Raw data =>
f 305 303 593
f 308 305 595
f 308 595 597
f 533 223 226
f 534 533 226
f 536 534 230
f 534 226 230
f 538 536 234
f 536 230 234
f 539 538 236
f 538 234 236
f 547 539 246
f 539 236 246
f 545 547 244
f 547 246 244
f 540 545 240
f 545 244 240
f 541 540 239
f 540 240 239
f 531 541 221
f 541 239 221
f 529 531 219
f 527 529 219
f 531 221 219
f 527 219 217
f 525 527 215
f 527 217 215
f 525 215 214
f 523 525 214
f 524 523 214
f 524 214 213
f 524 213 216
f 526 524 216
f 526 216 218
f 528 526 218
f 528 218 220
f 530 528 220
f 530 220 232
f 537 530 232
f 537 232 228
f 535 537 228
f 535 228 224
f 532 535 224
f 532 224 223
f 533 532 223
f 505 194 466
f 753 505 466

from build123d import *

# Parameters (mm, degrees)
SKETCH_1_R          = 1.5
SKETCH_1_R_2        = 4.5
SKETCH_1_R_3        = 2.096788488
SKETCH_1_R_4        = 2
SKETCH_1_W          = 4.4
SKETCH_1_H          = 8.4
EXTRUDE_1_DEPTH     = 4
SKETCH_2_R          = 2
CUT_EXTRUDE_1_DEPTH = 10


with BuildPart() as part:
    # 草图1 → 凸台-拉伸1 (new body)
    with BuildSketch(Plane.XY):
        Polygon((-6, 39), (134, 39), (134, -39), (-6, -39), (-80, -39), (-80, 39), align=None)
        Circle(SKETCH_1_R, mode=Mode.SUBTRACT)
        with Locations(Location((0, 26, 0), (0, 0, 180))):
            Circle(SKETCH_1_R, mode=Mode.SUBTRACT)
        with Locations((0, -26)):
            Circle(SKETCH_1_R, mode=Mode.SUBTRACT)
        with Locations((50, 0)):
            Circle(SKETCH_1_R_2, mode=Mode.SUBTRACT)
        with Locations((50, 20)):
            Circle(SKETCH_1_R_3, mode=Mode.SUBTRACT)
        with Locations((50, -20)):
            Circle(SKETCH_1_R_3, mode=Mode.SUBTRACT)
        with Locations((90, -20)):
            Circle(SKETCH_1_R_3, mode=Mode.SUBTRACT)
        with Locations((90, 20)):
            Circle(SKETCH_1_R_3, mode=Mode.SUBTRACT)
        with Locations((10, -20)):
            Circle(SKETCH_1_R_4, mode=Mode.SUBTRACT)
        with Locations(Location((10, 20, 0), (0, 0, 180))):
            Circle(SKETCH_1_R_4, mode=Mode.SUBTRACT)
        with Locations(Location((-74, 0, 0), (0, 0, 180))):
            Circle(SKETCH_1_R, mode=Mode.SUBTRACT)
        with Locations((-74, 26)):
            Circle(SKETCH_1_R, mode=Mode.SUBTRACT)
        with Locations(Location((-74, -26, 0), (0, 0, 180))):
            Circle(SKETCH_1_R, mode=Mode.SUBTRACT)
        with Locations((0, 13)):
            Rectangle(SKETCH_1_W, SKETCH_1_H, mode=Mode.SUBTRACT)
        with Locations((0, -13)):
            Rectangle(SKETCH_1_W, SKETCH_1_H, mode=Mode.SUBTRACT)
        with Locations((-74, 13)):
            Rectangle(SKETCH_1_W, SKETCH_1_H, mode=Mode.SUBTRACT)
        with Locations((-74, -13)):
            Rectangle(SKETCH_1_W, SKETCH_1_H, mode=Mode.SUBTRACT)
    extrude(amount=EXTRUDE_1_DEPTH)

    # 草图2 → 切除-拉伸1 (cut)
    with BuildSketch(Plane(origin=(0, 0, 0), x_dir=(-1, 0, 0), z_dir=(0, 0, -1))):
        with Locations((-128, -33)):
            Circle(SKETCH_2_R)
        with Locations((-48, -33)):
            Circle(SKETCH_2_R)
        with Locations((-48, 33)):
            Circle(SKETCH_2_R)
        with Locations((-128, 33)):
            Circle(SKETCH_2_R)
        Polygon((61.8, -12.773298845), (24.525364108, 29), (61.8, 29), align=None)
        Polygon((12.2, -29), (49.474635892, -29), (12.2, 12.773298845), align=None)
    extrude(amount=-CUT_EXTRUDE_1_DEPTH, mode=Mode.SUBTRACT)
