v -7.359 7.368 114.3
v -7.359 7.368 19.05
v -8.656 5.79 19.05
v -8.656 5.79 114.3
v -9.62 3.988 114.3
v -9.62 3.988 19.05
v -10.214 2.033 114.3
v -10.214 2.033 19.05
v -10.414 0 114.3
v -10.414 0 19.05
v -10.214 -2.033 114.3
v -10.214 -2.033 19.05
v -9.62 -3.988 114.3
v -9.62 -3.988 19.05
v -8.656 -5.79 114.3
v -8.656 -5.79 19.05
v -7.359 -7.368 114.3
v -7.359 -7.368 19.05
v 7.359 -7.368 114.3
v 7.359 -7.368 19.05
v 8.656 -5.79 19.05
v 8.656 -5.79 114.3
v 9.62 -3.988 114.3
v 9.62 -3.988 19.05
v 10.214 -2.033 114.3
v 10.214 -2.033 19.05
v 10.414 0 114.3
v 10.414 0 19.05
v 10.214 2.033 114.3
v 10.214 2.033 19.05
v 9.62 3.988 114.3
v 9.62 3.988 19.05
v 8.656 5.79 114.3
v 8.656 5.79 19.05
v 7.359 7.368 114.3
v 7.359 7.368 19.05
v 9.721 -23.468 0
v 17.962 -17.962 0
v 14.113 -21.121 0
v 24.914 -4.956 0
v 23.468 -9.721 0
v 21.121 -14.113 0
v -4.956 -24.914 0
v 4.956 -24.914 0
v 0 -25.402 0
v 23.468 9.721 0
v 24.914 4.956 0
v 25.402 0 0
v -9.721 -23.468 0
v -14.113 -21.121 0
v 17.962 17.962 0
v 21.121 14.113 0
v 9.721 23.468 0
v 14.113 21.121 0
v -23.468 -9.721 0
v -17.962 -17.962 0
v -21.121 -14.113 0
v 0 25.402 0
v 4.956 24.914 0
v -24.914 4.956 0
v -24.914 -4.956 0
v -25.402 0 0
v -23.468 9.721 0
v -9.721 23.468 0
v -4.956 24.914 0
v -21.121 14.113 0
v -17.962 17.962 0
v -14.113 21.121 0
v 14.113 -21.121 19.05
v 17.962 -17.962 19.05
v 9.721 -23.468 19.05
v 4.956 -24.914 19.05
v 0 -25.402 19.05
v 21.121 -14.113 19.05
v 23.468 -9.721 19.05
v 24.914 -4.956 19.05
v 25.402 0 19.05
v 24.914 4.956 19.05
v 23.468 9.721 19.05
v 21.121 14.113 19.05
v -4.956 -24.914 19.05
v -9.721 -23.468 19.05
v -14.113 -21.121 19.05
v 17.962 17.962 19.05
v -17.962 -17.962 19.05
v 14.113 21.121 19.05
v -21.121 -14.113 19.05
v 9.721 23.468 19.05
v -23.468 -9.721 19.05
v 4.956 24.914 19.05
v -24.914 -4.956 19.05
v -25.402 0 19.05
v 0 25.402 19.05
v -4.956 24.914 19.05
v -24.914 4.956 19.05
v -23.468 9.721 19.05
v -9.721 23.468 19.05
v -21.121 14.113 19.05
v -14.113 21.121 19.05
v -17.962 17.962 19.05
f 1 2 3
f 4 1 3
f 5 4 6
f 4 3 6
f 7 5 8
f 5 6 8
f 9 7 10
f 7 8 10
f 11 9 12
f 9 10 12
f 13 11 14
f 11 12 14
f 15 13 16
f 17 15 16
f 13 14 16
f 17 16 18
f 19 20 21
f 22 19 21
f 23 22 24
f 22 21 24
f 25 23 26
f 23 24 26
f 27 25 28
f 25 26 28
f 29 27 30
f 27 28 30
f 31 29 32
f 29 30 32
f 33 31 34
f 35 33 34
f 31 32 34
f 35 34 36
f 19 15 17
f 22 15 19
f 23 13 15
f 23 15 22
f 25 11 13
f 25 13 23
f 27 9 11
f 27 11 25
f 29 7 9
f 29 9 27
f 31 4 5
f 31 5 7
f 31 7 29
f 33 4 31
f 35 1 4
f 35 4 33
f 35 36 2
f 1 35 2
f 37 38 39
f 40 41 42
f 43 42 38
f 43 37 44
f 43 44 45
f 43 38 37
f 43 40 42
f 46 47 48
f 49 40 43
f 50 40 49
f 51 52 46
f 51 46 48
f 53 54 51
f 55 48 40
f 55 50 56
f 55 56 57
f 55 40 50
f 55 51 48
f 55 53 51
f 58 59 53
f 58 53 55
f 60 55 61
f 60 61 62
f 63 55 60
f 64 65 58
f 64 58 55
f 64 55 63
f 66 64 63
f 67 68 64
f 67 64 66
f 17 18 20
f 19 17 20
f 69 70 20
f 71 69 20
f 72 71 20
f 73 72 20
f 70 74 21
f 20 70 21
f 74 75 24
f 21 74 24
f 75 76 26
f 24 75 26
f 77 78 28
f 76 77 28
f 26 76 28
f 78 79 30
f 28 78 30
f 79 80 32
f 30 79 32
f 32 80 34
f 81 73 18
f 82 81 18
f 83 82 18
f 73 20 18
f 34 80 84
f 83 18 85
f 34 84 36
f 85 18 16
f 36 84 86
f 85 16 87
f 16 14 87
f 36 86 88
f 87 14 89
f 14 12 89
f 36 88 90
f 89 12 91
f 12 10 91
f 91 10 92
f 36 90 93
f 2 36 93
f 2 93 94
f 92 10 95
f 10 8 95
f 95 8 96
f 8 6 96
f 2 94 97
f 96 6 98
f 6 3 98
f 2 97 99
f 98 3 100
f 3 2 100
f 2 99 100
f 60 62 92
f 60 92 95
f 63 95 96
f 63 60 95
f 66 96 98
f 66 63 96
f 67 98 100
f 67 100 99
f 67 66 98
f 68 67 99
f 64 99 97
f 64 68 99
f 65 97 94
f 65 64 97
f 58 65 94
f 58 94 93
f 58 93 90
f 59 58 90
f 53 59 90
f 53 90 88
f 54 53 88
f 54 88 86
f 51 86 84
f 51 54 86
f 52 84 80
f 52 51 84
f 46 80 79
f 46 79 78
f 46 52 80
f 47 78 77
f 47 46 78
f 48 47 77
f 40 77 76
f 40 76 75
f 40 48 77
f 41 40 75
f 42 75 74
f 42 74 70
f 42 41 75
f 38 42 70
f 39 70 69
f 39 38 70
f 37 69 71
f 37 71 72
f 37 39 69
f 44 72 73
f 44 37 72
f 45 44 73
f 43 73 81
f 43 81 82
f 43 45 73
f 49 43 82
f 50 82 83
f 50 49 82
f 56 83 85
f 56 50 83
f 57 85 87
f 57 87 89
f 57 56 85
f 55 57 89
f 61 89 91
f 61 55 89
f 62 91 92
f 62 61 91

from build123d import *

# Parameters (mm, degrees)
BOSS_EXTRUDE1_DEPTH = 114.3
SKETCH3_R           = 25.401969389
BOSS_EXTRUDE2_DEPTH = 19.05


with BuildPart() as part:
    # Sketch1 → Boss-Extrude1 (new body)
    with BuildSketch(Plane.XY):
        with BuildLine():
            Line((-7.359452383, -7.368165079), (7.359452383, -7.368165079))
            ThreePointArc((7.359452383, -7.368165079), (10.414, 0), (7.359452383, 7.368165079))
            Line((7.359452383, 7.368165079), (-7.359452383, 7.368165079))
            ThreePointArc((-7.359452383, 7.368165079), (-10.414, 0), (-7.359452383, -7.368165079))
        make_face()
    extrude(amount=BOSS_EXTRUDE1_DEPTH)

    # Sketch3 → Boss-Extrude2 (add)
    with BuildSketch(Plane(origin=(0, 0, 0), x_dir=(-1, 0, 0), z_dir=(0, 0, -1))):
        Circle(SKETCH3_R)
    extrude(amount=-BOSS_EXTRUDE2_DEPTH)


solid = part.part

...

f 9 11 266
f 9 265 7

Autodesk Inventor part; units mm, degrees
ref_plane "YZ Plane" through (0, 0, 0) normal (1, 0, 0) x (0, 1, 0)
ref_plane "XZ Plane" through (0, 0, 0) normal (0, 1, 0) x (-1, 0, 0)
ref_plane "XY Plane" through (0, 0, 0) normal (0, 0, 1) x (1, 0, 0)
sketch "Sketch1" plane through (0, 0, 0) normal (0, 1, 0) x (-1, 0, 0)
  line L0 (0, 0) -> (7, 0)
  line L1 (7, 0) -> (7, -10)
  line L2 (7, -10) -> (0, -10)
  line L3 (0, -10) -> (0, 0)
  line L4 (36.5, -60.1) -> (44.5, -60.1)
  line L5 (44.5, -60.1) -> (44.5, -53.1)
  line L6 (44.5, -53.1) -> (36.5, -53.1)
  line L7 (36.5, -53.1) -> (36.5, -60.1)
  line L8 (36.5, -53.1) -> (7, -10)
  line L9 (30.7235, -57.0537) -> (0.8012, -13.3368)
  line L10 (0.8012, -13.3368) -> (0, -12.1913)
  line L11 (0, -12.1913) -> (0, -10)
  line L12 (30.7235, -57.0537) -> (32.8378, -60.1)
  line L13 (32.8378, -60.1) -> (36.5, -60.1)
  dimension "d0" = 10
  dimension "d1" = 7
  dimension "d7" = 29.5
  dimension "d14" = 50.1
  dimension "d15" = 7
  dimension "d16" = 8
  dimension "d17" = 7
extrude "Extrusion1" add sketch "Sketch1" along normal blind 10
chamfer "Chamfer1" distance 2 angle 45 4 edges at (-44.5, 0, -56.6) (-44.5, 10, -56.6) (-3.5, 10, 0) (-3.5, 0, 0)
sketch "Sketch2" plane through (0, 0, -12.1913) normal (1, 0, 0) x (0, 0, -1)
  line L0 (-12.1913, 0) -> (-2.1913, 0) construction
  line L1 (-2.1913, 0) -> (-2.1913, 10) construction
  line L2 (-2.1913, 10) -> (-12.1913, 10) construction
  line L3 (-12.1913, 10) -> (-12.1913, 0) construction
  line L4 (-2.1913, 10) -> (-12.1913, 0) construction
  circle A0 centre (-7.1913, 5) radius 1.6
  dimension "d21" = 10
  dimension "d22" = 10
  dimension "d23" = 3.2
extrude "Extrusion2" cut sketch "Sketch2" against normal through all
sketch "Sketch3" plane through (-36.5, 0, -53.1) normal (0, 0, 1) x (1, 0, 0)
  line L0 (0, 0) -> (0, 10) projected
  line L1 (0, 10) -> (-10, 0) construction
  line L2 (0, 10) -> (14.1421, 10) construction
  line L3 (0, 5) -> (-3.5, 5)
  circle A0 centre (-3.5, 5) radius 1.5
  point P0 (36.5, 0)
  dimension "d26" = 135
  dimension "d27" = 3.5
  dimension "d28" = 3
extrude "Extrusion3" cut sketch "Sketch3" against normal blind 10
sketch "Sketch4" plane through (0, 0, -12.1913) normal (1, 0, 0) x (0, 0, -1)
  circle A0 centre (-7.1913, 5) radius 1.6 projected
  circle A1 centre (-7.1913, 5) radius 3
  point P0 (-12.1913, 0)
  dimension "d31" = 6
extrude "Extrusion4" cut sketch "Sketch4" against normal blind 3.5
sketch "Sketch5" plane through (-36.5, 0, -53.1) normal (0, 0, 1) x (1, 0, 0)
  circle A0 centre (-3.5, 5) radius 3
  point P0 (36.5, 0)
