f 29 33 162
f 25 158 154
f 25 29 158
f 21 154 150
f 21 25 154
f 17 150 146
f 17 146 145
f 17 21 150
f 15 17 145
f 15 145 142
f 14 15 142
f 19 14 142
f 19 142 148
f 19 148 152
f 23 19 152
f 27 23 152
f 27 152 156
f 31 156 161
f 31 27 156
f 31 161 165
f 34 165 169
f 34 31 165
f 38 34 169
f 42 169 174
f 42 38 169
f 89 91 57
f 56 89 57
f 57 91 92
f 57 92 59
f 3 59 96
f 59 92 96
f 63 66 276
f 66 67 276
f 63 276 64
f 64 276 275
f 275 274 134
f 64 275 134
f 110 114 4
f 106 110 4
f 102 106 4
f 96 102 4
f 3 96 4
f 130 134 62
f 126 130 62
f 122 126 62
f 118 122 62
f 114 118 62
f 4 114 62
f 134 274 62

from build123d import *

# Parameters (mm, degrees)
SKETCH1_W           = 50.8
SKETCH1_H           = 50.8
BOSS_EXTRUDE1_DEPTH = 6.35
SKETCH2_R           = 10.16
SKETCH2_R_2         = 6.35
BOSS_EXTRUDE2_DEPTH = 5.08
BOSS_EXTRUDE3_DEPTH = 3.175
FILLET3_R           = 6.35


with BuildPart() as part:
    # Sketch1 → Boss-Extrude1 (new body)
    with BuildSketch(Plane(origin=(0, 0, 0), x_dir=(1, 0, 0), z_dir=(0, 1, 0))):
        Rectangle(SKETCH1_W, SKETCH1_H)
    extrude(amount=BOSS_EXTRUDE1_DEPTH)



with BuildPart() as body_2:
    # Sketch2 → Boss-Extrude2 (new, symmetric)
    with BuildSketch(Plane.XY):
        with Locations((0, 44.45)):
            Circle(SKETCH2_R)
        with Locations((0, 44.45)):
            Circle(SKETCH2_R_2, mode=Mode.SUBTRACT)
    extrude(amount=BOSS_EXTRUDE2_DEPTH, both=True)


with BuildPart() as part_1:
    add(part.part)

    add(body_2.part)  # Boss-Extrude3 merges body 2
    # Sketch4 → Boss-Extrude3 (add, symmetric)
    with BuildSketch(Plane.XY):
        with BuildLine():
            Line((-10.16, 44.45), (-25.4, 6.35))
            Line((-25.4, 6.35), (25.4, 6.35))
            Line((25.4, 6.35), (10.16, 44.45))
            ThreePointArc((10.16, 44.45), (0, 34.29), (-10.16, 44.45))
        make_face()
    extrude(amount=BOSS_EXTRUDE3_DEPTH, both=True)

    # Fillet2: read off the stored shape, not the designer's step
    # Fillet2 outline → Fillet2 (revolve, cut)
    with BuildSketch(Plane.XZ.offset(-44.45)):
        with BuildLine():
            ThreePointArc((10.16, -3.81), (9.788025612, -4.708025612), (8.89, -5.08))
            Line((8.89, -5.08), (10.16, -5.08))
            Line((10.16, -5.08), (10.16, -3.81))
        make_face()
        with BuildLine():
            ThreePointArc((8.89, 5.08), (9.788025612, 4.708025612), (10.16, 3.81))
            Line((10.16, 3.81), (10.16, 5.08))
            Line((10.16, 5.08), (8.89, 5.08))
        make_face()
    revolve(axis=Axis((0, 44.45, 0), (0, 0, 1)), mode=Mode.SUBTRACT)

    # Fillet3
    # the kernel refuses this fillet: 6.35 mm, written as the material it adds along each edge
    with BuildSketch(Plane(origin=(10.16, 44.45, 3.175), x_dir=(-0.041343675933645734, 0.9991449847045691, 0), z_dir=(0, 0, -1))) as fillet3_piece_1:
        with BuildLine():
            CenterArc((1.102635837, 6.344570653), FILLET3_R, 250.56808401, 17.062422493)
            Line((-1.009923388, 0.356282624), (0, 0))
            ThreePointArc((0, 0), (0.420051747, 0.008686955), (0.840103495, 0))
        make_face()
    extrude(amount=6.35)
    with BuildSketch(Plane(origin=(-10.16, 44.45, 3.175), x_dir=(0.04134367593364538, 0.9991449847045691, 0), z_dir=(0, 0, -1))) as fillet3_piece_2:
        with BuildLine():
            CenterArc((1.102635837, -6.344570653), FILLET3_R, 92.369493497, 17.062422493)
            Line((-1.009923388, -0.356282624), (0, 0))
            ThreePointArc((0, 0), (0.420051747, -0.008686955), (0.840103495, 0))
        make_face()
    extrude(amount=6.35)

--

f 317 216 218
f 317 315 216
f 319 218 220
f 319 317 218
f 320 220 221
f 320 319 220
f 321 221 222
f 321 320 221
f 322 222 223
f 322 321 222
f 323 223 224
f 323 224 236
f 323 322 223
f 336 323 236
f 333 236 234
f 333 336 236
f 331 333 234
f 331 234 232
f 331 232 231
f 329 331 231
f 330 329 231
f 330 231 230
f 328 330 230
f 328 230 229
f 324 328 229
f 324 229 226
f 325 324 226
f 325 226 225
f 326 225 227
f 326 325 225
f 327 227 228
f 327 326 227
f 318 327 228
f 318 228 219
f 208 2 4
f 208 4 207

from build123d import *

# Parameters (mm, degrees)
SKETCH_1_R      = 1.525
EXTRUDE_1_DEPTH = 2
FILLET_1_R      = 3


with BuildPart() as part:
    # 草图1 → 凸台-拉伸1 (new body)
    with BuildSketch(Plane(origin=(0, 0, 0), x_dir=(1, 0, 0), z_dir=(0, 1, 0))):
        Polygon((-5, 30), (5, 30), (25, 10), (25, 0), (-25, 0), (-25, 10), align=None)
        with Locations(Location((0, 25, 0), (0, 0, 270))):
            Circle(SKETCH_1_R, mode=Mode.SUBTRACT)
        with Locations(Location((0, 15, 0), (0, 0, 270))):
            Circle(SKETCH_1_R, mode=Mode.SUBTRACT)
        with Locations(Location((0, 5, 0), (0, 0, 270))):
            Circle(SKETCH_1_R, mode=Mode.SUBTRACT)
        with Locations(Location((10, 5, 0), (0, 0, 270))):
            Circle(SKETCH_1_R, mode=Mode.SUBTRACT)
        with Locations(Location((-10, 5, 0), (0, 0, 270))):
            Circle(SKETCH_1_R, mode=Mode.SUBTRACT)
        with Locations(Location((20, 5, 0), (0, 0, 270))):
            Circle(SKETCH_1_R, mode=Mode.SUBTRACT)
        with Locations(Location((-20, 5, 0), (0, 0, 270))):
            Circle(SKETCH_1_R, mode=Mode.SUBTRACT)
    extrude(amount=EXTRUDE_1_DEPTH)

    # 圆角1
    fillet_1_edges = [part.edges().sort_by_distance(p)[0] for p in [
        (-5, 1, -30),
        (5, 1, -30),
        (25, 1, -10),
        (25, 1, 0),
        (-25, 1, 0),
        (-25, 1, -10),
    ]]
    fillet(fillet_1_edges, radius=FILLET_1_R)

Exercise => Filter these records, keeping every line where the word "None" occurs.

Answer for the task =>
        Polygon((-6, 39), (134, 39), (134, -39), (-6, -39), (-80, -39), (-80, 39), align=None)
        Polygon((61.8, -12.773298845), (24.525364108, 29), (61.8, 29), align=None)
        Polygon((12.2, -29), (49.474635892, -29), (12.2, 12.773298845), align=None)
        Polygon((-5, 30), (5, 30), (25, 10), (25, 0), (-25, 0), (-25, 10), align=None)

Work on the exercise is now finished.